**Dataset content:**

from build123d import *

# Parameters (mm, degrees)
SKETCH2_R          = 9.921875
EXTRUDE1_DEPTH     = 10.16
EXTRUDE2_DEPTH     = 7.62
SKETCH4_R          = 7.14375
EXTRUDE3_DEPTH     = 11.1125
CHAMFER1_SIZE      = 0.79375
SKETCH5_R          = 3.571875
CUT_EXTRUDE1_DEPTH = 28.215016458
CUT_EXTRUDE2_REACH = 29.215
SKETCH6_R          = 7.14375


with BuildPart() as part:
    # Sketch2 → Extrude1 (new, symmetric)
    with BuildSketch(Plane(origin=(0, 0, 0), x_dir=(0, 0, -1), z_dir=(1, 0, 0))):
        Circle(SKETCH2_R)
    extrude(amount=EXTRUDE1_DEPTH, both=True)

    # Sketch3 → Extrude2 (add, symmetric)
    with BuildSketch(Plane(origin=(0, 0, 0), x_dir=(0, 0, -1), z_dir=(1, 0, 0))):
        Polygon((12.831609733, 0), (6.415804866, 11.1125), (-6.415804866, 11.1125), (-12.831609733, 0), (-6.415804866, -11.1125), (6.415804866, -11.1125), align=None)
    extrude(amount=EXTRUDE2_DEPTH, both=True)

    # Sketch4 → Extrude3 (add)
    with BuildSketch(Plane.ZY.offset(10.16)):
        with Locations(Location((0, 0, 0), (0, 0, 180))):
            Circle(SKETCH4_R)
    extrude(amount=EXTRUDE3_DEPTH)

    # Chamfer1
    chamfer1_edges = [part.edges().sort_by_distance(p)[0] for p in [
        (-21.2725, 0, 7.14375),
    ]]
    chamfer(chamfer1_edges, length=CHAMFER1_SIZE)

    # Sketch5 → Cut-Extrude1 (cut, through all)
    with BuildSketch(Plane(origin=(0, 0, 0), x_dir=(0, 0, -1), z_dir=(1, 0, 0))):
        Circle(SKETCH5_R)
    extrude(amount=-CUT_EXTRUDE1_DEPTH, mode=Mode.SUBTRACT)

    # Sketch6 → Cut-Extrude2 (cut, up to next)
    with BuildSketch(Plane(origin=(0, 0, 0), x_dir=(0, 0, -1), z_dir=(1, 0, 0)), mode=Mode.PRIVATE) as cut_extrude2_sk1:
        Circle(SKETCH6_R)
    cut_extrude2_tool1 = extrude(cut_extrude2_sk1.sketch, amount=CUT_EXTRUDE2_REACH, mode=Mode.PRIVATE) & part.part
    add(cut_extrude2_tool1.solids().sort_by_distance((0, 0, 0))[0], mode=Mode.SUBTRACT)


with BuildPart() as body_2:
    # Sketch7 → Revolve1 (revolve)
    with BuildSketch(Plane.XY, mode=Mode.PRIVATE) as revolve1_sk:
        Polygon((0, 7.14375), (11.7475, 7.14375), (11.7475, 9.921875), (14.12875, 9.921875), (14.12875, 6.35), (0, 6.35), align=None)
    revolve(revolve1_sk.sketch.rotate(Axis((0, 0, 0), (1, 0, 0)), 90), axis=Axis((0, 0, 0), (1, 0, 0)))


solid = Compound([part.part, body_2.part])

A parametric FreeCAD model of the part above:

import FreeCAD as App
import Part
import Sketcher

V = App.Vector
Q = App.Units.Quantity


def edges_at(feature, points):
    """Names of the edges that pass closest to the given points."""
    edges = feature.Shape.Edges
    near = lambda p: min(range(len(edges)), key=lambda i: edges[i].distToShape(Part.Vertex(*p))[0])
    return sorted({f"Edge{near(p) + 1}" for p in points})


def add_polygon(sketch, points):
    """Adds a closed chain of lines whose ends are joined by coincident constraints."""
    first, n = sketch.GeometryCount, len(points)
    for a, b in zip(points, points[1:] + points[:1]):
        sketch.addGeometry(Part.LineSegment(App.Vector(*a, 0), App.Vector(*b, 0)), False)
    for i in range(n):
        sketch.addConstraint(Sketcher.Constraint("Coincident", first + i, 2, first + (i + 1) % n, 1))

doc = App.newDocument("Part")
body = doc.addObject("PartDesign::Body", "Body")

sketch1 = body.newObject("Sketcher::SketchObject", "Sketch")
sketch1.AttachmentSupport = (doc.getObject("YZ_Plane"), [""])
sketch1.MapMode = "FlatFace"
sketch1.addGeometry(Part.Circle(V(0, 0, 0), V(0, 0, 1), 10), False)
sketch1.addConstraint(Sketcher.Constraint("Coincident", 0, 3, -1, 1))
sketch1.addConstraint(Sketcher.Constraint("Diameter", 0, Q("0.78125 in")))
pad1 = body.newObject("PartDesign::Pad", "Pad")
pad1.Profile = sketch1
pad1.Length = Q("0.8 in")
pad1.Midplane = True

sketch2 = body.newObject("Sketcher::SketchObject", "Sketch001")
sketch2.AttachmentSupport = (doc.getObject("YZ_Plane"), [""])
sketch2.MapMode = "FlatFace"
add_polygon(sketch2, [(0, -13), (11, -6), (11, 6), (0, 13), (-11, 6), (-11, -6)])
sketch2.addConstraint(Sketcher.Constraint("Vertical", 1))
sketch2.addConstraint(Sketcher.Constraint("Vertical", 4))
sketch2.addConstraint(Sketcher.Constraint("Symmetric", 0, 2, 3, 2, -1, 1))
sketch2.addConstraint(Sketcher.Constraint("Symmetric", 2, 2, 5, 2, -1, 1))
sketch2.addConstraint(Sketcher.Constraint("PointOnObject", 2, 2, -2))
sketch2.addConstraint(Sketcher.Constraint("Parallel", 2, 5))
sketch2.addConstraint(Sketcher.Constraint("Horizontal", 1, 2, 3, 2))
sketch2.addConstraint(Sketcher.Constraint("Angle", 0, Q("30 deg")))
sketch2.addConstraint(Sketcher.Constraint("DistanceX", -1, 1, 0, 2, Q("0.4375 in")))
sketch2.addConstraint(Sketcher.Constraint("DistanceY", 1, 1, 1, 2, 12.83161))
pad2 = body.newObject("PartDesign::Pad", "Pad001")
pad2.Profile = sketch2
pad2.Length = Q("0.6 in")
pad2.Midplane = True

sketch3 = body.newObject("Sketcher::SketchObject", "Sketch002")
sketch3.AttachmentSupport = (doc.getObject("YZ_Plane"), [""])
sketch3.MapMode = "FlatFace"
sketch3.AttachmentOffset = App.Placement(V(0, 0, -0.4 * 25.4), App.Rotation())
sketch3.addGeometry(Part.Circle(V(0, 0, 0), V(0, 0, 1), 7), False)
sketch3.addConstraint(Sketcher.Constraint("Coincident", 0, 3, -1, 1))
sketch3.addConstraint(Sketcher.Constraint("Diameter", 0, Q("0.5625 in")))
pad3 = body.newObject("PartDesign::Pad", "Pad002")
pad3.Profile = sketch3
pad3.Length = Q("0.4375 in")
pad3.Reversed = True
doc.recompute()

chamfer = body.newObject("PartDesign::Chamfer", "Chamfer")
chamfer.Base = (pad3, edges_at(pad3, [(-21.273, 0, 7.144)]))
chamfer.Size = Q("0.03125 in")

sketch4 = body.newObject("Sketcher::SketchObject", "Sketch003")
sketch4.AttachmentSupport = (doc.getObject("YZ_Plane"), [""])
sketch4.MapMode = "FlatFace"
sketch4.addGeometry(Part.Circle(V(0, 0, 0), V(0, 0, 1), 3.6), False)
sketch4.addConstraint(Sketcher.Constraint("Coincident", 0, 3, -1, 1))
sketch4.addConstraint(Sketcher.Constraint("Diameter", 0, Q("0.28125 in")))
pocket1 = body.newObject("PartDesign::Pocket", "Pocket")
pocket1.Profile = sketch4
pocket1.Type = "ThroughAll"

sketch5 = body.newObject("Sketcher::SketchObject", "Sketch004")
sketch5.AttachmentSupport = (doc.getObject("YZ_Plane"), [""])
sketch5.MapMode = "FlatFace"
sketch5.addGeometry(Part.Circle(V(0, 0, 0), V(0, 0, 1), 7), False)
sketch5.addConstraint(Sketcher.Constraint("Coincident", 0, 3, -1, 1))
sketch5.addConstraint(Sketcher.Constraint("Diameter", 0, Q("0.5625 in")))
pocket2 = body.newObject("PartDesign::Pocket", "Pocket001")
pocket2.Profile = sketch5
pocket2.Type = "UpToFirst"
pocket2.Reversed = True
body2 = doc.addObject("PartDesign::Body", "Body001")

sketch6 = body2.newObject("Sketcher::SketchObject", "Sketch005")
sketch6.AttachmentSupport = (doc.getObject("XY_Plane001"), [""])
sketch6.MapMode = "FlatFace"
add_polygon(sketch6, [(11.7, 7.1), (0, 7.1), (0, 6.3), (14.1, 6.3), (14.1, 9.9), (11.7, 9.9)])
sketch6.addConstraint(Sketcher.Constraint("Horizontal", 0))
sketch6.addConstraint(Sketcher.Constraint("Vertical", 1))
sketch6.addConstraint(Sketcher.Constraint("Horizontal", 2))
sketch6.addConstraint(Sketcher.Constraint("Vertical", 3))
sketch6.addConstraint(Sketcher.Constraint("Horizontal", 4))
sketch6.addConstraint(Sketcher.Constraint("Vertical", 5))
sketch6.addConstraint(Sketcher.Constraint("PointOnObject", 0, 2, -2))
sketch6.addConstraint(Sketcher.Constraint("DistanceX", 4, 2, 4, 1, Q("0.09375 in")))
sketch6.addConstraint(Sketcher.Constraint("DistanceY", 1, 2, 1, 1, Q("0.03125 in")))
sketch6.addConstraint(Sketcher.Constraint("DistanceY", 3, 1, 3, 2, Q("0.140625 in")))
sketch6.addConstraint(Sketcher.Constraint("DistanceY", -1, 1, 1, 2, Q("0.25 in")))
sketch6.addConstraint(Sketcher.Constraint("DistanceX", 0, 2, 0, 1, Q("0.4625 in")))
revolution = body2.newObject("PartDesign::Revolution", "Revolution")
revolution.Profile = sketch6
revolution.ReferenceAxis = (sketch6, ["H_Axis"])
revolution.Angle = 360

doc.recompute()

---

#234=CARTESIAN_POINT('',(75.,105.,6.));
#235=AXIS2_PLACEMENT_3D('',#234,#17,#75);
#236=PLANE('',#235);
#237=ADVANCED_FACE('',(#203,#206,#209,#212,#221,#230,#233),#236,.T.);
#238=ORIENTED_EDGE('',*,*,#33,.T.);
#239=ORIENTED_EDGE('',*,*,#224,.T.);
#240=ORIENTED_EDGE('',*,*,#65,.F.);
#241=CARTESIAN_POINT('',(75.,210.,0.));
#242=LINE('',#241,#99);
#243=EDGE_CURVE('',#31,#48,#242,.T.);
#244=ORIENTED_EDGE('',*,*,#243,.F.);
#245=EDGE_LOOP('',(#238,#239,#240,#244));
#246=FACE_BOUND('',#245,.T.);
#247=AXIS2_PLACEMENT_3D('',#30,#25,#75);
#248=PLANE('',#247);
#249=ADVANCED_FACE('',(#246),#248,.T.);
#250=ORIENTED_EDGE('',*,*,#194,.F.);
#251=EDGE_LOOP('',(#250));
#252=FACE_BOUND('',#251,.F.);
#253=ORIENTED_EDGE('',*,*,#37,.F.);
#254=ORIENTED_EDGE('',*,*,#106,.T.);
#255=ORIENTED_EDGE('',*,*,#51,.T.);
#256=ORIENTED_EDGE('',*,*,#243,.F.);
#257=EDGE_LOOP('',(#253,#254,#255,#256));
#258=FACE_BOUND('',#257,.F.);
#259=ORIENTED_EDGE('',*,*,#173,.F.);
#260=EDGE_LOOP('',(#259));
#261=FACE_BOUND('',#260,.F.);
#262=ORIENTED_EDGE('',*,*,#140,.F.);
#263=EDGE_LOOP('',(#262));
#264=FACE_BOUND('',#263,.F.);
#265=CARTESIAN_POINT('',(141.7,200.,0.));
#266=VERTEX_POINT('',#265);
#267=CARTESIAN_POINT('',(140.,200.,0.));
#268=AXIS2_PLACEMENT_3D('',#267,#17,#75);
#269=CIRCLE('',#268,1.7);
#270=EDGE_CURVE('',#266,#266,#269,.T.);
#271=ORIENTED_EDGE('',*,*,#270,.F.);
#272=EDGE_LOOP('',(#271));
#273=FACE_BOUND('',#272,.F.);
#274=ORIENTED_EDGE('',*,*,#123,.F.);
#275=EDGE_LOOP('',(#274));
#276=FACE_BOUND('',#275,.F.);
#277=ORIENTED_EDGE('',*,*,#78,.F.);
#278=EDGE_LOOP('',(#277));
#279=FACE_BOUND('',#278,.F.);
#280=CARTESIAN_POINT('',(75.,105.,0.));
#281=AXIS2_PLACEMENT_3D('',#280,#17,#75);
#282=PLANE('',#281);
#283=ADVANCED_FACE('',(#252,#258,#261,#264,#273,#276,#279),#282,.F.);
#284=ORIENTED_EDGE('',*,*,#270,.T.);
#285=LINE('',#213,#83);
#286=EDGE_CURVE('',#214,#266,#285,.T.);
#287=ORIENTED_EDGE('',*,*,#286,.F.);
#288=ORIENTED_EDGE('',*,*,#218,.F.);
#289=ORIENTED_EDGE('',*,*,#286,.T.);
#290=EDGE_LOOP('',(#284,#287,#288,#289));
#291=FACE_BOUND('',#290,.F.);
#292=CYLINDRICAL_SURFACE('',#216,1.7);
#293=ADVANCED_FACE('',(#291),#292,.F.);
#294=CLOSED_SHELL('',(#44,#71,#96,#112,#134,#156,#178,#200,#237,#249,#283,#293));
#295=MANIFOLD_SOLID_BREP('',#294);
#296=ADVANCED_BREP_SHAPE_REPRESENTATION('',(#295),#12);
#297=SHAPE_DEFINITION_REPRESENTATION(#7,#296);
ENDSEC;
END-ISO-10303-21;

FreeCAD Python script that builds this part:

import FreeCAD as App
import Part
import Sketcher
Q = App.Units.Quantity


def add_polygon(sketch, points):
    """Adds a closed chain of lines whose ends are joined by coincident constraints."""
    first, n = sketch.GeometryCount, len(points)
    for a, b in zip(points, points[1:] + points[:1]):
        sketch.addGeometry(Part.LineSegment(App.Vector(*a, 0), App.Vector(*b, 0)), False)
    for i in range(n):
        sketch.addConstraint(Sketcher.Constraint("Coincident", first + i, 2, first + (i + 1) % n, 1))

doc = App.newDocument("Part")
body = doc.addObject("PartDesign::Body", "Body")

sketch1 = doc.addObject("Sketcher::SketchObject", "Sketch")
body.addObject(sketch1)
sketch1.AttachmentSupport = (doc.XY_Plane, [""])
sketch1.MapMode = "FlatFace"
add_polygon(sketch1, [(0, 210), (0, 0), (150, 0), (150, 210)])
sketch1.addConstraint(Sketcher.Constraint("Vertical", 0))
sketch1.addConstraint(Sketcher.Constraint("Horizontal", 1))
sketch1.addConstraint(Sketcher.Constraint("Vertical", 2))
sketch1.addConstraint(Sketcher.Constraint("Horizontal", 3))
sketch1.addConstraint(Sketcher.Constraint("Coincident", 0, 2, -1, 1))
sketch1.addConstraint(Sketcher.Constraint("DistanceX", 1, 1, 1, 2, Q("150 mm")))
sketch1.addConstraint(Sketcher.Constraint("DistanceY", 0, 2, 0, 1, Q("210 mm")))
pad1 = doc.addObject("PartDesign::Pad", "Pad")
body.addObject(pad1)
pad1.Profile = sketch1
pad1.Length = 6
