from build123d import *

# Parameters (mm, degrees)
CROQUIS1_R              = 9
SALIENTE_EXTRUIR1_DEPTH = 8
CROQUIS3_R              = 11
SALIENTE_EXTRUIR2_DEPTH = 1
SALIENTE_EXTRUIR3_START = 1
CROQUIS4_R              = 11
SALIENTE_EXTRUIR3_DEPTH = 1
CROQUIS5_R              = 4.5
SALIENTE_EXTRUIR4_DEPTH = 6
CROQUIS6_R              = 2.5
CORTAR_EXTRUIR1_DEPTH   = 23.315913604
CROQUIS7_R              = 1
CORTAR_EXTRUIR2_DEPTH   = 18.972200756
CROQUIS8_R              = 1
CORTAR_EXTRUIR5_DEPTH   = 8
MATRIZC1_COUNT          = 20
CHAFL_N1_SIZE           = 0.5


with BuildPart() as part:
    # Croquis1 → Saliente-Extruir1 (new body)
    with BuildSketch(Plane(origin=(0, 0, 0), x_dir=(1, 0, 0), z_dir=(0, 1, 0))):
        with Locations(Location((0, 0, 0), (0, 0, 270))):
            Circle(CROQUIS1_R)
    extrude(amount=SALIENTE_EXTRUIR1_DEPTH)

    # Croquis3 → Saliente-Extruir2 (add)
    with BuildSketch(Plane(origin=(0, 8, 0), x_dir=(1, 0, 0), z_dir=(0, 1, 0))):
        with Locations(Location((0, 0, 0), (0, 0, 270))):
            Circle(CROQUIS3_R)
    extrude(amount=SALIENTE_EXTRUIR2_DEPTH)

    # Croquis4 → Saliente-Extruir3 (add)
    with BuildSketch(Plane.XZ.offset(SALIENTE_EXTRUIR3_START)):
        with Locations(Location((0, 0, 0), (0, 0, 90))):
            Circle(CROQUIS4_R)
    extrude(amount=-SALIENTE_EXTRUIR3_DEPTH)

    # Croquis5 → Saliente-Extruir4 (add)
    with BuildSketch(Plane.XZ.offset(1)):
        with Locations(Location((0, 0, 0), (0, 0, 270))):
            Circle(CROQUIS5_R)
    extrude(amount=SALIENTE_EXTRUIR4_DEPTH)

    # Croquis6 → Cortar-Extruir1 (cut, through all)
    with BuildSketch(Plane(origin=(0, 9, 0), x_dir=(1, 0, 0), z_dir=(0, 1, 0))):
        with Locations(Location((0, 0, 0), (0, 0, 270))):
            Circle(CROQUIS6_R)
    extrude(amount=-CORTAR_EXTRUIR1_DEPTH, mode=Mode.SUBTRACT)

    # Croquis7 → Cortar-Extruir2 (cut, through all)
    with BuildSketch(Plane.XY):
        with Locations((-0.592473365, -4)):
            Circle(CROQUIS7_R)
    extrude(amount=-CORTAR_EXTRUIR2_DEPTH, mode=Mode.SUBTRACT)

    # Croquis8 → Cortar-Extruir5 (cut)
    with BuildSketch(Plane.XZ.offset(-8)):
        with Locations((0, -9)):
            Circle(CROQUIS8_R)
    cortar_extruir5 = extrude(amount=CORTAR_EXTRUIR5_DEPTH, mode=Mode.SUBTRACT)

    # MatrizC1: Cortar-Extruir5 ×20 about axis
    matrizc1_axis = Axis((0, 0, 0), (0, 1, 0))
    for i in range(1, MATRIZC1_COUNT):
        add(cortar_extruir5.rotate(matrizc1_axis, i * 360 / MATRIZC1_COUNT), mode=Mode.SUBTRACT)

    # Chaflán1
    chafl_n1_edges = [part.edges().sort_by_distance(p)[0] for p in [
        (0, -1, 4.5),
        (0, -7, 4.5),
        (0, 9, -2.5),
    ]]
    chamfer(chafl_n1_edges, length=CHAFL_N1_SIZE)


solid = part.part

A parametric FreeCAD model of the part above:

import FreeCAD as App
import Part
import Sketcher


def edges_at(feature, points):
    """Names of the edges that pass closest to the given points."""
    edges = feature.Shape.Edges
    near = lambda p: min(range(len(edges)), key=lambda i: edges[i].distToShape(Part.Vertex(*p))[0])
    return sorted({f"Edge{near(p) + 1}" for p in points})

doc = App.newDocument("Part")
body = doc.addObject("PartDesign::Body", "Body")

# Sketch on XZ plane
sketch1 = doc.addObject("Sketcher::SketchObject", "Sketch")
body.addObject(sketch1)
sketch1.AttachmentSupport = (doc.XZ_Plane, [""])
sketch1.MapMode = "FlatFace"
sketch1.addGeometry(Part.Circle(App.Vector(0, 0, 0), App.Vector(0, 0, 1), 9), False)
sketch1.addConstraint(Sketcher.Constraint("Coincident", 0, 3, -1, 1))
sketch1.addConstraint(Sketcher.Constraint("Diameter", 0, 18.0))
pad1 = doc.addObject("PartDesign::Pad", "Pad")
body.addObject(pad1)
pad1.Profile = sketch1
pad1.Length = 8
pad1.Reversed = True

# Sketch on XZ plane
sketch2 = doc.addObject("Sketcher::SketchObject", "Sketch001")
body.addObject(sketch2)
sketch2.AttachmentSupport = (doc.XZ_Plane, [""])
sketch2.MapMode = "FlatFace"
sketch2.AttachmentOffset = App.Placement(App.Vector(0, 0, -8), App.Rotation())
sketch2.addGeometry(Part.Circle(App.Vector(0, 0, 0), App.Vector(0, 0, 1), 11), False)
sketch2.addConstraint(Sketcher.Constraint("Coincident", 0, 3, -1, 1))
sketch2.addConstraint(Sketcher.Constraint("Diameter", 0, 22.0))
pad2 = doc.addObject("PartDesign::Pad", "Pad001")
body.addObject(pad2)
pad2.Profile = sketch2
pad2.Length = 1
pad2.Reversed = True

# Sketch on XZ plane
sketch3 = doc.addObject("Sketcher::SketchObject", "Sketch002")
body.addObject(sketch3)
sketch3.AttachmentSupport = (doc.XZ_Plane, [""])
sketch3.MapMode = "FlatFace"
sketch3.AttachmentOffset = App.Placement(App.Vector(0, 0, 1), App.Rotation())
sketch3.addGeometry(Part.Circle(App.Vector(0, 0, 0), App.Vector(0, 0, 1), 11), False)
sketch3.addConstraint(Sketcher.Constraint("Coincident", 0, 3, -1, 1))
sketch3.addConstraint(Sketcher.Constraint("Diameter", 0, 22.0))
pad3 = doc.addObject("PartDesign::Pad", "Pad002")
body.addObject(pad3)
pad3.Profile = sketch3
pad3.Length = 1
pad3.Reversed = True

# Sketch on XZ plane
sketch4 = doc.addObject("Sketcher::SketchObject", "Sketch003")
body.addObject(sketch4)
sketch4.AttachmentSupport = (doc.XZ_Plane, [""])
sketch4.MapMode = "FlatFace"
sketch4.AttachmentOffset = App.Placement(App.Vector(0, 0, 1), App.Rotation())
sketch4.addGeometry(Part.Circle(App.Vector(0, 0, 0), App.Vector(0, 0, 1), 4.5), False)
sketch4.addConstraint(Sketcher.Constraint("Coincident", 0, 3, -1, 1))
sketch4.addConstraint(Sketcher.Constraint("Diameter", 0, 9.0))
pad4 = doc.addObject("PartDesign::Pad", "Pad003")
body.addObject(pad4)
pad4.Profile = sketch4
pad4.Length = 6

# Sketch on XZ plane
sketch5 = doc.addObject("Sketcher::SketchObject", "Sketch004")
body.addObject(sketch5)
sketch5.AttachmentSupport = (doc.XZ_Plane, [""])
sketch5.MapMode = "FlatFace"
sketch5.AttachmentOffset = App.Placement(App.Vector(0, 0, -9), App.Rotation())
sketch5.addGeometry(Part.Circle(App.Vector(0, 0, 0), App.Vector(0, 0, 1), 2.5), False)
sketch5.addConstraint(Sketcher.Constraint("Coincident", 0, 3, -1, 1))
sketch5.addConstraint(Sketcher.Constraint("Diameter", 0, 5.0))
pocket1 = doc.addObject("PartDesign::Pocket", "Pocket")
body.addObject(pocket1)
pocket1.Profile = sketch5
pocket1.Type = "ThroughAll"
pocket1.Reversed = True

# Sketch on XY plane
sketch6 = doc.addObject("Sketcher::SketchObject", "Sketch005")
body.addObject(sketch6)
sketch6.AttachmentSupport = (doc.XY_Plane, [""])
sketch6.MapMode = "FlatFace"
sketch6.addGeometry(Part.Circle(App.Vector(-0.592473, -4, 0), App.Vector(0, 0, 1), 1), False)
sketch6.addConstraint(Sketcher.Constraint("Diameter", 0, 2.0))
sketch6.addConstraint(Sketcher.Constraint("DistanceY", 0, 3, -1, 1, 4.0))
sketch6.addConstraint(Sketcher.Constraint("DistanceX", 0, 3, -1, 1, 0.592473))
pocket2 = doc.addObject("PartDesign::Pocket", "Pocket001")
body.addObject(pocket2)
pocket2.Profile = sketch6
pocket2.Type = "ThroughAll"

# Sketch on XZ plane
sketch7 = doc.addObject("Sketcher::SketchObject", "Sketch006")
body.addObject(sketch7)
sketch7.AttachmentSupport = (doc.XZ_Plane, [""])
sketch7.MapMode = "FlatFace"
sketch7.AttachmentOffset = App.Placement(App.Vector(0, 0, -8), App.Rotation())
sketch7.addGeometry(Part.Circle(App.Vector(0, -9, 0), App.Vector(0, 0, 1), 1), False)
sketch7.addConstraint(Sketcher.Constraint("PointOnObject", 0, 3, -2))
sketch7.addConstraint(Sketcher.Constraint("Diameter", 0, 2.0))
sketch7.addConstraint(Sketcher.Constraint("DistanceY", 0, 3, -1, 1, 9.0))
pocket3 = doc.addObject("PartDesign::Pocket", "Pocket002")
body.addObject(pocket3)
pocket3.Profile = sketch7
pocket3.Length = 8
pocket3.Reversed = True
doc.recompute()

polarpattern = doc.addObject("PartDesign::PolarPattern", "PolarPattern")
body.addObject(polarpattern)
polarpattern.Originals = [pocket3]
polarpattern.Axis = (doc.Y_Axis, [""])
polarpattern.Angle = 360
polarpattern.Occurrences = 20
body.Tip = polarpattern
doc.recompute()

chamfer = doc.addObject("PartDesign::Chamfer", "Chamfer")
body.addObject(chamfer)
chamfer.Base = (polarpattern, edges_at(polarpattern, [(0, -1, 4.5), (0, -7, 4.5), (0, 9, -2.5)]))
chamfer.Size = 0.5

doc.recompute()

**Goal of the exercise:** The required output is every line above from the one with "#256=ORIENTED_EDGE('',*,*,#243,.F.);" down to the one with "#292=CYLINDRICAL_SURFACE('',#216,1.7);", restated word for word, ends included.

**Exercise solution:**
#256=ORIENTED_EDGE('',*,*,#243,.F.);
#257=EDGE_LOOP('',(#253,#254,#255,#256));
#258=FACE_BOUND('',#257,.F.);
#259=ORIENTED_EDGE('',*,*,#173,.F.);
#260=EDGE_LOOP('',(#259));
#261=FACE_BOUND('',#260,.F.);
#262=ORIENTED_EDGE('',*,*,#140,.F.);
#263=EDGE_LOOP('',(#262));
#264=FACE_BOUND('',#263,.F.);
#265=CARTESIAN_POINT('',(141.7,200.,0.));
#266=VERTEX_POINT('',#265);
#267=CARTESIAN_POINT('',(140.,200.,0.));
#268=AXIS2_PLACEMENT_3D('',#267,#17,#75);
#269=CIRCLE('',#268,1.7);
#270=EDGE_CURVE('',#266,#266,#269,.T.);
#271=ORIENTED_EDGE('',*,*,#270,.F.);
#272=EDGE_LOOP('',(#271));
#273=FACE_BOUND('',#272,.F.);
#274=ORIENTED_EDGE('',*,*,#123,.F.);
#275=EDGE_LOOP('',(#274));
#276=FACE_BOUND('',#275,.F.);
#277=ORIENTED_EDGE('',*,*,#78,.F.);
#278=EDGE_LOOP('',(#277));
#279=FACE_BOUND('',#278,.F.);
#280=CARTESIAN_POINT('',(75.,105.,0.));
#281=AXIS2_PLACEMENT_3D('',#280,#17,#75);
#282=PLANE('',#281);
#283=ADVANCED_FACE('',(#252,#258,#261,#264,#273,#276,#279),#282,.F.);
#284=ORIENTED_EDGE('',*,*,#270,.T.);
#285=LINE('',#213,#83);
#286=EDGE_CURVE('',#214,#266,#285,.T.);
#287=ORIENTED_EDGE('',*,*,#286,.F.);
#288=ORIENTED_EDGE('',*,*,#218,.F.);
#289=ORIENTED_EDGE('',*,*,#286,.T.);
#290=EDGE_LOOP('',(#284,#287,#288,#289));
#291=FACE_BOUND('',#290,.F.);
#292=CYLINDRICAL_SURFACE('',#216,1.7);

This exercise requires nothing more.